EXERCISE DETAILS | Find the line with "f 215 129 131" in the entries below. Repeat it, every following line, and the line with "f 222 221 151", exactly and with nothing added.

Records from a dataset |
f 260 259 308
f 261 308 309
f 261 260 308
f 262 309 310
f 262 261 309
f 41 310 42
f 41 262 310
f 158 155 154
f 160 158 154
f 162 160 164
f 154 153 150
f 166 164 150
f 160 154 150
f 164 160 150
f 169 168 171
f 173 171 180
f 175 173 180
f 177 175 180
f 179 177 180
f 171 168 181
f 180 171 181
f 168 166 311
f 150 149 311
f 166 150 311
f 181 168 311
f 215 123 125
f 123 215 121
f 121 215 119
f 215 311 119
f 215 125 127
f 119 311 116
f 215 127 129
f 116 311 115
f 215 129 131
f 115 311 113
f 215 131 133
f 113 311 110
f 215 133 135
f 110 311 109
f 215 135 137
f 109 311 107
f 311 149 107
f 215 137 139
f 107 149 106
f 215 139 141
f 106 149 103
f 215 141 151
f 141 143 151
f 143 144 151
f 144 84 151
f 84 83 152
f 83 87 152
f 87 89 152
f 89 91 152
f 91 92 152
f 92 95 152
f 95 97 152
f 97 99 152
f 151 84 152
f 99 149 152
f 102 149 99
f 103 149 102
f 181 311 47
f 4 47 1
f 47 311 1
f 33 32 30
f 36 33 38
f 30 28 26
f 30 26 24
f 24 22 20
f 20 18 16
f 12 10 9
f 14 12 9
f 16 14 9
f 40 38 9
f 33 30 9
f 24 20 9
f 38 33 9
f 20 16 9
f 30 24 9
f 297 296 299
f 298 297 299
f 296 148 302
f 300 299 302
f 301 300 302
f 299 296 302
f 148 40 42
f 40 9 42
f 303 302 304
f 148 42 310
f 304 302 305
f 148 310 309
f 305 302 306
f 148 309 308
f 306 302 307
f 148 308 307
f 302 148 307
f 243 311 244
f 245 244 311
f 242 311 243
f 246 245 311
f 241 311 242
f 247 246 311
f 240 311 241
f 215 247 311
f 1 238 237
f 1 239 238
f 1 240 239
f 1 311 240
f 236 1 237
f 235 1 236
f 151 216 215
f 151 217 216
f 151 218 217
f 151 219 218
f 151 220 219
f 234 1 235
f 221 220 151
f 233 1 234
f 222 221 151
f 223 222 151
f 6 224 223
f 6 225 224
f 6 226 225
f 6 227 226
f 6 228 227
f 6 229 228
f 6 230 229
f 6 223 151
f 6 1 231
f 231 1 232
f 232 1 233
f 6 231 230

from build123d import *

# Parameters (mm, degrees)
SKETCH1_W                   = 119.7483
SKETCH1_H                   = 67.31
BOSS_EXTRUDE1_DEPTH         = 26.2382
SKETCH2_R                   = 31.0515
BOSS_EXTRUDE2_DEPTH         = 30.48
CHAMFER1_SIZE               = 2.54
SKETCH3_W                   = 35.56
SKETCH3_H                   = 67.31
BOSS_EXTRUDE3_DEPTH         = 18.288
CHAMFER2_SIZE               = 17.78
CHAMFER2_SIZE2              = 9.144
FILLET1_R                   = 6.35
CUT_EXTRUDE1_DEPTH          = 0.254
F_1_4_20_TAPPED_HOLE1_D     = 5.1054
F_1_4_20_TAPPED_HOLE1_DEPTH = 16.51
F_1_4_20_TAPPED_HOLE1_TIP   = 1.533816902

RESPONSE BOX |
f 215 129 131
f 115 311 113
f 215 131 133
f 113 311 110
f 215 133 135
f 110 311 109
f 215 135 137
f 109 311 107
f 311 149 107
f 215 137 139
f 107 149 106
f 215 139 141
f 106 149 103
f 215 141 151
f 141 143 151
f 143 144 151
f 144 84 151
f 84 83 152
f 83 87 152
f 87 89 152
f 89 91 152
f 91 92 152
f 92 95 152
f 95 97 152
f 97 99 152
f 151 84 152
f 99 149 152
f 102 149 99
f 103 149 102
f 181 311 47
f 4 47 1
f 47 311 1
f 33 32 30
f 36 33 38
f 30 28 26
f 30 26 24
f 24 22 20
f 20 18 16
f 12 10 9
f 14 12 9
f 16 14 9
f 40 38 9
f 33 30 9
f 24 20 9
f 38 33 9
f 20 16 9
f 30 24 9
f 297 296 299
f 298 297 299
f 296 148 302
f 300 299 302
f 301 300 302
f 299 296 302
f 148 40 42
f 40 9 42
f 303 302 304
f 148 42 310
f 304 302 305
f 148 310 309
f 305 302 306
f 148 309 308
f 306 302 307
f 148 308 307
f 302 148 307
f 243 311 244
f 245 244 311
f 242 311 243
f 246 245 311
f 241 311 242
f 247 246 311
f 240 311 241
f 215 247 311
f 1 238 237
f 1 239 238
f 1 240 239
f 1 311 240
f 236 1 237
f 235 1 236
f 151 216 215
f 151 217 216
f 151 218 217
f 151 219 218
f 151 220 219
f 234 1 235
f 221 220 151
f 233 1 234
f 222 221 151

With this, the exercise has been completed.